WHAT YOU WILL DO: The expected output is the data itself, duplicated in full.

---------- GIVEN INFORMATION

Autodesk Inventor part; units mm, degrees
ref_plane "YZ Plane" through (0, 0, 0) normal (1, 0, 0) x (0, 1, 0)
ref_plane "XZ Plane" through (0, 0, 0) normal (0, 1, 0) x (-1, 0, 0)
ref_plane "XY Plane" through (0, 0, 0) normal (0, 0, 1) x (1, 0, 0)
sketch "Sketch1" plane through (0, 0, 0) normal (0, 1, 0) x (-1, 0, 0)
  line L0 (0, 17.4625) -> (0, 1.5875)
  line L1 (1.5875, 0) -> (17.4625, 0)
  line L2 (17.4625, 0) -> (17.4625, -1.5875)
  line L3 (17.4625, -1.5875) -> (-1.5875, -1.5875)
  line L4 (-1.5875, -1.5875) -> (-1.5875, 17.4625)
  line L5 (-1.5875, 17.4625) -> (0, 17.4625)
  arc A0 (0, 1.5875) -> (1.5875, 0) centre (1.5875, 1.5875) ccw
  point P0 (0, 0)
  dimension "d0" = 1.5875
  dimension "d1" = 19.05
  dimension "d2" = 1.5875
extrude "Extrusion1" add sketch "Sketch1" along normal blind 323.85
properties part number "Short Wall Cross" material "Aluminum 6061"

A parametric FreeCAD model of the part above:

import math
import FreeCAD as App
import Part
import Sketcher

V = App.Vector
Q = App.Units.Quantity

doc = App.newDocument("Part")
body = doc.addObject("PartDesign::Body", "Body")

sketch1 = doc.addObject("Sketcher::SketchObject", "Sketch")
body.addObject(sketch1)
sketch1.AttachmentSupport = (doc.XZ_Plane, [""])
sketch1.MapMode = "FlatFace"
sketch1.addGeometry([
    Part.LineSegment(V(0, 1.6, 0), V(0, 17.5, 0)),
    Part.LineSegment(V(0, 17.5, 0), V(1.6, 17.5, 0)),
    Part.LineSegment(V(1.6, 17.5, 0), V(1.6, -1.6, 0)),
    Part.LineSegment(V(1.6, -1.6, 0), V(-17.5, -1.6, 0)),
    Part.LineSegment(V(-17.5, -1.6, 0), V(-17.5, 0, 0)),
    Part.LineSegment(V(-17.5, 0, 0), V(-1.6, 0, 0)),
    Part.ArcOfCircle(Part.Circle(V(-1.6, 1.6, 0), V(0, 0, 1), 1.6), math.radians(-90), math.radians(0)),
], False)
sketch1.addConstraint([
    Sketcher.Constraint("Coincident", 0, 2, 1, 1),
    Sketcher.Constraint("Coincident", 1, 2, 2, 1),
    Sketcher.Constraint("Coincident", 2, 2, 3, 1),
    Sketcher.Constraint("Coincident", 3, 2, 4, 1),
    Sketcher.Constraint("Coincident", 4, 2, 5, 1),
    Sketcher.Constraint("Tangent", 5, 2, 6, 1),
    Sketcher.Constraint("Tangent", 6, 2, 0, 1),
    Sketcher.Constraint("Vertical", 0),
    Sketcher.Constraint("Horizontal", 1),
    Sketcher.Constraint("Vertical", 2),
    Sketcher.Constraint("Horizontal", 3),
    Sketcher.Constraint("Vertical", 4),
    Sketcher.Constraint("Horizontal", 5),
    Sketcher.Constraint("PointOnObject", 0, 2, -2),
    Sketcher.Constraint("PointOnObject", 4, 2, -1),
    Sketcher.Constraint("Equal", 5, 0),
    Sketcher.Constraint("Equal", 3, 2),
    Sketcher.Constraint("Radius", 6, Q("0.0625 in")),
    Sketcher.Constraint("DistanceX", 3, 2, 3, 1, Q("0.75 in")),
    Sketcher.Constraint("DistanceX", 1, 1, 1, 2, Q("0.0625 in")),
])
pad1 = doc.addObject("PartDesign::Pad", "Pad")
body.addObject(pad1)
pad1.Profile = sketch1
pad1.Length = Q("12.75 in")
pad1.Reversed = True

doc.recompute()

--------------------

EXERCISE OUTPUT:
Autodesk Inventor part; units mm, degrees
ref_plane "YZ Plane" through (0, 0, 0) normal (1, 0, 0) x (0, 1, 0)
ref_plane "XZ Plane" through (0, 0, 0) normal (0, 1, 0) x (-1, 0, 0)
ref_plane "XY Plane" through (0, 0, 0) normal (0, 0, 1) x (1, 0, 0)
sketch "Sketch1" plane through (0, 0, 0) normal (0, 1, 0) x (-1, 0, 0)
  line L0 (0, 17.4625) -> (0, 1.5875)
  line L1 (1.5875, 0) -> (17.4625, 0)
  line L2 (17.4625, 0) -> (17.4625, -1.5875)
  line L3 (17.4625, -1.5875) -> (-1.5875, -1.5875)
  line L4 (-1.5875, -1.5875) -> (-1.5875, 17.4625)
  line L5 (-1.5875, 17.4625) -> (0, 17.4625)
  arc A0 (0, 1.5875) -> (1.5875, 0) centre (1.5875, 1.5875) ccw
  point P0 (0, 0)
  dimension "d0" = 1.5875
  dimension "d1" = 19.05
  dimension "d2" = 1.5875
extrude "Extrusion1" add sketch "Sketch1" along normal blind 323.85
properties part number "Short Wall Cross" material "Aluminum 6061"

A parametric FreeCAD model of the part above:

import math
import FreeCAD as App
import Part
import Sketcher

V = App.Vector
Q = App.Units.Quantity

doc = App.newDocument("Part")
body = doc.addObject("PartDesign::Body", "Body")

sketch1 = doc.addObject("Sketcher::SketchObject", "Sketch")
body.addObject(sketch1)
sketch1.AttachmentSupport = (doc.XZ_Plane, [""])
sketch1.MapMode = "FlatFace"
sketch1.addGeometry([
    Part.LineSegment(V(0, 1.6, 0), V(0, 17.5, 0)),
    Part.LineSegment(V(0, 17.5, 0), V(1.6, 17.5, 0)),
    Part.LineSegment(V(1.6, 17.5, 0), V(1.6, -1.6, 0)),
    Part.LineSegment(V(1.6, -1.6, 0), V(-17.5, -1.6, 0)),
    Part.LineSegment(V(-17.5, -1.6, 0), V(-17.5, 0, 0)),
    Part.LineSegment(V(-17.5, 0, 0), V(-1.6, 0, 0)),
    Part.ArcOfCircle(Part.Circle(V(-1.6, 1.6, 0), V(0, 0, 1), 1.6), math.radians(-90), math.radians(0)),
], False)
sketch1.addConstraint([
    Sketcher.Constraint("Coincident", 0, 2, 1, 1),
    Sketcher.Constraint("Coincident", 1, 2, 2, 1),
    Sketcher.Constraint("Coincident", 2, 2, 3, 1),
    Sketcher.Constraint("Coincident", 3, 2, 4, 1),
    Sketcher.Constraint("Coincident", 4, 2, 5, 1),
    Sketcher.Constraint("Tangent", 5, 2, 6, 1),
    Sketcher.Constraint("Tangent", 6, 2, 0, 1),
    Sketcher.Constraint("Vertical", 0),
    Sketcher.Constraint("Horizontal", 1),
    Sketcher.Constraint("Vertical", 2),
    Sketcher.Constraint("Horizontal", 3),
    Sketcher.Constraint("Vertical", 4),
    Sketcher.Constraint("Horizontal", 5),
    Sketcher.Constraint("PointOnObject", 0, 2, -2),
    Sketcher.Constraint("PointOnObject", 4, 2, -1),
    Sketcher.Constraint("Equal", 5, 0),
    Sketcher.Constraint("Equal", 3, 2),
    Sketcher.Constraint("Radius", 6, Q("0.0625 in")),
    Sketcher.Constraint("DistanceX", 3, 2, 3, 1, Q("0.75 in")),
    Sketcher.Constraint("DistanceX", 1, 1, 1, 2, Q("0.0625 in")),
])
pad1 = doc.addObject("PartDesign::Pad", "Pad")
body.addObject(pad1)
pad1.Profile = sketch1
pad1.Length = Q("12.75 in")
pad1.Reversed = True

doc.recompute()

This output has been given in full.